I’m developing a class for large number arithmetic, it now knows how to do addition, handle cin and cout.
It, however has very limited and basic subtraction functionality, and does not know how to handle negative. But that can be easily resolved.
My question is this, how to do multiplication.
I will detail how it handle cin and cout here.
For cin, it will save integers to value[500], for example, 50 will be saved to value[498] and value[499]. BUT NOT value[0] and value[1]

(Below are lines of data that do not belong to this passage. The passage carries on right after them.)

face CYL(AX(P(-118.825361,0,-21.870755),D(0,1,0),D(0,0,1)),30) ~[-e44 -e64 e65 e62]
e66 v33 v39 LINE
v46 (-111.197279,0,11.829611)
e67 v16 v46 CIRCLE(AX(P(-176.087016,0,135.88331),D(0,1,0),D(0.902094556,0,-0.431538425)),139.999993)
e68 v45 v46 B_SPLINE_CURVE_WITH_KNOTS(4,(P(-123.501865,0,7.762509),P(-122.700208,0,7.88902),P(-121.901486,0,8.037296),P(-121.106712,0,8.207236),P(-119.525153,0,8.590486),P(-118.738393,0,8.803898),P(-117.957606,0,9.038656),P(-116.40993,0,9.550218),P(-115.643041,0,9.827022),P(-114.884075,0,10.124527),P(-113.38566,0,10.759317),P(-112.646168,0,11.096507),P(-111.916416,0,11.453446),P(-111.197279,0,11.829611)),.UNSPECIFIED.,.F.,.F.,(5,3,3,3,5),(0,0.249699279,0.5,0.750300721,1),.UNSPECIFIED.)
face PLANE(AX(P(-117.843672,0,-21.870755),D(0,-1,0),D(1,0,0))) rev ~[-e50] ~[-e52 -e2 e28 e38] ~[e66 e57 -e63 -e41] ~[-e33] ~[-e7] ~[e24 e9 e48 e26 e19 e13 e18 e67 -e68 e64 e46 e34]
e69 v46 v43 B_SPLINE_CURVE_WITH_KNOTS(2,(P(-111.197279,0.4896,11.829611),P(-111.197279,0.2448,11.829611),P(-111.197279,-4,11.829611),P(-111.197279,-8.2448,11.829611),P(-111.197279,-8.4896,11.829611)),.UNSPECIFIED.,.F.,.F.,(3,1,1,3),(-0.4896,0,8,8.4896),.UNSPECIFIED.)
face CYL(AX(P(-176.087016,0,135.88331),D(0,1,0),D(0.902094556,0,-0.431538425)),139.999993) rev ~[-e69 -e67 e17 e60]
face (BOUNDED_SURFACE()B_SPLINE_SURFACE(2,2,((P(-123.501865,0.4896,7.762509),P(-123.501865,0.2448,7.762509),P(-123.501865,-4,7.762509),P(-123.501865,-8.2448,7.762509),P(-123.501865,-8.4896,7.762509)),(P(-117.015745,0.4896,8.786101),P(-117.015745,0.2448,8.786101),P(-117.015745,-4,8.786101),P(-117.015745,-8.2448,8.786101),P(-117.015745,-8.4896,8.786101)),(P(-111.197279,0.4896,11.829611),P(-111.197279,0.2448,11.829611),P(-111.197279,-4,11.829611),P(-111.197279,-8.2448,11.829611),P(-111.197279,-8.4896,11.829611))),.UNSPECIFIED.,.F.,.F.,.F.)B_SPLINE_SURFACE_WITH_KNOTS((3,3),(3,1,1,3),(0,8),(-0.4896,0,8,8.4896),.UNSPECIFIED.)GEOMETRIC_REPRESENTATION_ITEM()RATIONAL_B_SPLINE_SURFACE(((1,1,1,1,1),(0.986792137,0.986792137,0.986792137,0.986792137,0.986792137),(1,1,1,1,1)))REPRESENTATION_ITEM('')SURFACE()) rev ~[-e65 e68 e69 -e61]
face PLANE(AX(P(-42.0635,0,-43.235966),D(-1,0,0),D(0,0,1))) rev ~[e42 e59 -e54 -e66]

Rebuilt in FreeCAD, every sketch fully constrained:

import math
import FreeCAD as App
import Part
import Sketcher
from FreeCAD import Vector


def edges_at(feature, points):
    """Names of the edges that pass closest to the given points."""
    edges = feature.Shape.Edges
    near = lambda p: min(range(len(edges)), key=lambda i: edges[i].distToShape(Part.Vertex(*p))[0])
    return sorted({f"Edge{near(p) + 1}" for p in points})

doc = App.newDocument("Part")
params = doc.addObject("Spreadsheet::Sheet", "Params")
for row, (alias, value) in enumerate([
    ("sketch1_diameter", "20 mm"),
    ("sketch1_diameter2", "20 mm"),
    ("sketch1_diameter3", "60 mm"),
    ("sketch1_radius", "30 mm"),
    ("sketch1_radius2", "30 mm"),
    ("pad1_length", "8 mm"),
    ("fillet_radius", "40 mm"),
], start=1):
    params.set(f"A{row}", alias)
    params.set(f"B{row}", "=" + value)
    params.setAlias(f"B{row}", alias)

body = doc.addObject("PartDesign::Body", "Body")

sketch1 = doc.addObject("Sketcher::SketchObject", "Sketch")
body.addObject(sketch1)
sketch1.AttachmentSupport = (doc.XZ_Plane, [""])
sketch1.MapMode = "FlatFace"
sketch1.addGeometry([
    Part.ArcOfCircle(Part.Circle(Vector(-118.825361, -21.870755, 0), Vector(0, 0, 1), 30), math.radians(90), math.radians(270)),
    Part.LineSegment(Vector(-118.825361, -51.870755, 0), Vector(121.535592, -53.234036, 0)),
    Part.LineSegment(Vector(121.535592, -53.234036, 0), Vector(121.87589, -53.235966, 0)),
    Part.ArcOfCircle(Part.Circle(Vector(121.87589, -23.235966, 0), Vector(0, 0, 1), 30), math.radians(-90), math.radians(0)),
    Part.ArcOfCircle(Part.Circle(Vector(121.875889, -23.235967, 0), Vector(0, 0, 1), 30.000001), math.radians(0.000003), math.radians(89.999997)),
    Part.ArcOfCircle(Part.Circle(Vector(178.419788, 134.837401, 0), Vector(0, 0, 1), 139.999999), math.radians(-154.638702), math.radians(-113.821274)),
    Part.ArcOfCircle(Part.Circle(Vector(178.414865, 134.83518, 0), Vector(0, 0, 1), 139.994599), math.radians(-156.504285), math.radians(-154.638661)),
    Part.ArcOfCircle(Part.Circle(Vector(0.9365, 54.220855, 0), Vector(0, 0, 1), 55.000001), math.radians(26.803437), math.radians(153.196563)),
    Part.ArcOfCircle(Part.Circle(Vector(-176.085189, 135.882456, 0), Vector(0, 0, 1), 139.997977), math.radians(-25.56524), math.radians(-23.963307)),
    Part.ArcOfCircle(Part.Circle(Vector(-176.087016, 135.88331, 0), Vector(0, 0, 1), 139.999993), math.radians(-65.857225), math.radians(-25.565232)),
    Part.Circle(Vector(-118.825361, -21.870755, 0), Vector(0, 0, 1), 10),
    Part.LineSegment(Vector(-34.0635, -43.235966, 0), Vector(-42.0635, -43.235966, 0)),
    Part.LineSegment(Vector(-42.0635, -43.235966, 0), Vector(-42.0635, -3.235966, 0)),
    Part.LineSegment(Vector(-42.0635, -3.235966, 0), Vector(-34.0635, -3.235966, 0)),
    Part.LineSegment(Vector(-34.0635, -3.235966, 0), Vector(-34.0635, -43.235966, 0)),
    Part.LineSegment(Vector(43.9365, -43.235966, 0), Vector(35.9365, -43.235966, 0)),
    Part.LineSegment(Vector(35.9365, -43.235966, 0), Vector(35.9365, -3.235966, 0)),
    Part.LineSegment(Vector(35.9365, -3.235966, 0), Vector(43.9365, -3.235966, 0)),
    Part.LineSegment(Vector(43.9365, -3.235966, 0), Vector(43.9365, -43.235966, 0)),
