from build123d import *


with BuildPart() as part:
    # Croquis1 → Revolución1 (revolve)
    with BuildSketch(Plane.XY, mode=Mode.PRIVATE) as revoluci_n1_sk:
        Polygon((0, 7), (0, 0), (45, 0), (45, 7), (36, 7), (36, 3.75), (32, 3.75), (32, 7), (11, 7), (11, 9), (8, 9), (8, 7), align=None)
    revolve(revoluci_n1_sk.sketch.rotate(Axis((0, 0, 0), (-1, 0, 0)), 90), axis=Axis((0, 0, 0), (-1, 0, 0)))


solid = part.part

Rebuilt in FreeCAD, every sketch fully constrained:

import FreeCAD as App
import Part
import Sketcher

V = App.Vector


def add_polygon(sketch, points):
    """Adds a closed chain of lines whose ends are joined by coincident constraints."""
    first, n = sketch.GeometryCount, len(points)
    for a, b in zip(points, points[1:] + points[:1]):
        sketch.addGeometry(Part.LineSegment(App.Vector(*a, 0), App.Vector(*b, 0)), False)
    for i in range(n):
        sketch.addConstraint(Sketcher.Constraint("Coincident", first + i, 2, first + (i + 1) % n, 1))

doc = App.newDocument("Part")
body = doc.addObject("PartDesign::Body", "Body")

# Sketch on XY plane
sketch1 = doc.addObject("Sketcher::SketchObject", "Sketch")
body.addObject(sketch1)
sketch1.AttachmentSupport = (doc.XY_Plane, [""])
sketch1.MapMode = "FlatFace"
add_polygon(sketch1, [(0, 7), (0, 0), (45, 0), (45, 7), (36, 7), (36, 3.8), (32, 3.8), (32, 7), (11, 7), (11, 9), (8, 9), (8, 7)])  # lines 0-11
sketch1.addConstraint([
    Sketcher.Constraint("Vertical", 0),
    Sketcher.Constraint("Horizontal", 1),
    Sketcher.Constraint("Vertical", 2),
    Sketcher.Constraint("Horizontal", 3),
    Sketcher.Constraint("Vertical", 4),
    Sketcher.Constraint("Horizontal", 5),
    Sketcher.Constraint("Vertical", 6),
    Sketcher.Constraint("Horizontal", 7),
    Sketcher.Constraint("Vertical", 8),
    Sketcher.Constraint("Horizontal", 9),
    Sketcher.Constraint("Vertical", 10),
    Sketcher.Constraint("Horizontal", 11),
    Sketcher.Constraint("Coincident", 0, 2, -1, 1),
    Sketcher.Constraint("Horizontal", 3, 2, 6, 2),
    Sketcher.Constraint("Horizontal", 7, 2, 10, 2),
    Sketcher.Constraint("DistanceX", 1, 1, 1, 2, 45.0),
    Sketcher.Constraint("DistanceX", 3, 2, 3, 1, 9.0),
    Sketcher.Constraint("DistanceX", 5, 2, 5, 1, 4.0),
    Sketcher.Constraint("DistanceX", 7, 2, 7, 1, 21.0),
    Sketcher.Constraint("DistanceX", 9, 2, 9, 1, 3.0),
    Sketcher.Constraint("DistanceY", 0, 2, 0, 1, 7.0),
    Sketcher.Constraint("DistanceY", 8, 1, 8, 2, 2.0),
    Sketcher.Constraint("DistanceY", 4, 2, 4, 1, 3.25),
])
revolution = doc.addObject("PartDesign::Revolution", "Revolution")
body.addObject(revolution)
revolution.Profile = sketch1
revolution.ReferenceAxis = (sketch1, ["H_Axis"])
revolution.Angle = 360

doc.recompute()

For cout, it will scan for the first non-zero value from value[0] to value[499], and then output from that non-zero value to the end. Also, if it finds no non-zero value, it will output 0.
Here’s my code:
#include <iostream>
using namespace std;
class largeNumber {
public:
int value[500];
largeNumber()
{
for ( int i = 0 ; i < 500 ; ++ i )
{
value[i] = 0;
}
}
//below are arithmetic operations
largeNumber operator+(const largeNumber &ln) const
{
largeNumber result;
for ( int i = 0 ; i < 500 ; ++ i )
{
result.value[i] = value[i] + ln.value[i];
}
for ( int i = 499 ; i >= 0 ; -- i )
{
if ( result.value[i] >= 10 )
{
result.value[i - 1] += ( result.value[i] / 10 );
result.value[i] %= 10;
}
}
return result;
}
largeNumber operator-(const largeNumber &ln) const
{
largeNumber result;
for ( int i = 0 ; i < 500 ; ++ i )
{
result.value[i] = value[i] - ln.value[i];
}
for ( int i = 499 ; i >= 0 ; -- i )
{
if ( result.value[i] < 0 )
{
--result.value[i - 1];
result.value[i] += 10;
}
}
return result;
}
largeNumber operator*(const largeNumber &ln) const
{
largeNumber result;
for ( int x = 499 ; x >= 0 ; -- x )
{
for ( int y = 499 ; y >= 0 ; -- y )
{
int dx = 499 - x;
int dy = 499 - y;
int dr = dx + dy;
int r = 499 - dr;
if ( r >= 0 && r <= 499 )
{
result.value[r] = value[x] * ln.value[y];
}
}
}
for ( int i = 499 ; i >= 0 ; -- i )
{
if ( result.value[i] >= 10 )
{
result.value[i - 1] += ( result.value[i] / 10 );
result.value[i] %= 10;
}
}
return result;
}
//below are cin, cout operators
friend ostream& operator<<(ostream& out, const largeNumber& ln)
{
bool valueFound = false;
for ( int i = 0 ; i < 500 ; ++ i )
{
if ( ln.value[i] != 0 )
{
valueFound = true;
}
if ( valueFound == true )
{
out << ln.value[i];
}
}
if ( valueFound == false )
{
out << "0";
}
return out;
}
friend istream& operator>>(istream& in, largeNumber& ln) // input
{
string str;
in >> str;
int length = str.length();
for ( int i = 500 - length ; i < 500 ; ++ i )
{
ln.value[i] = (str[length-(500-i)] - 48);
}
return in;
}
};
int main()
{
largeNumber a, b;
string op;
cin >> a >> op >> b;
cout << a * b;
return 0;
}
I’ve included my way to do multiplication, however it is flawed.
By the way, the number given by teacher promised that the result of multiplication will be a number less than 500 digit.
Lets start with simple multiplication(Long multiplication):
112 * 301
So, this needs N by N matrix as rows to be added with shifting-n-times.
Where are you doing this addition and where is shifting?
For your question, it would need 500 x 500 multiplications and 500 x 500 additions. O(N*N)
Pro: each digit-multiplication can be done in a single byte so you can change the structure of digits that your compiler can vectorize the code and multiply 16 to 32 digits at once(unrolls quite good).
Con: too many computing(nearly 25-40 iteration per 500 digits-num)
Note: GPU-powered calculus could give it roughly 40x more speed. Such as OpenCL or Cuda.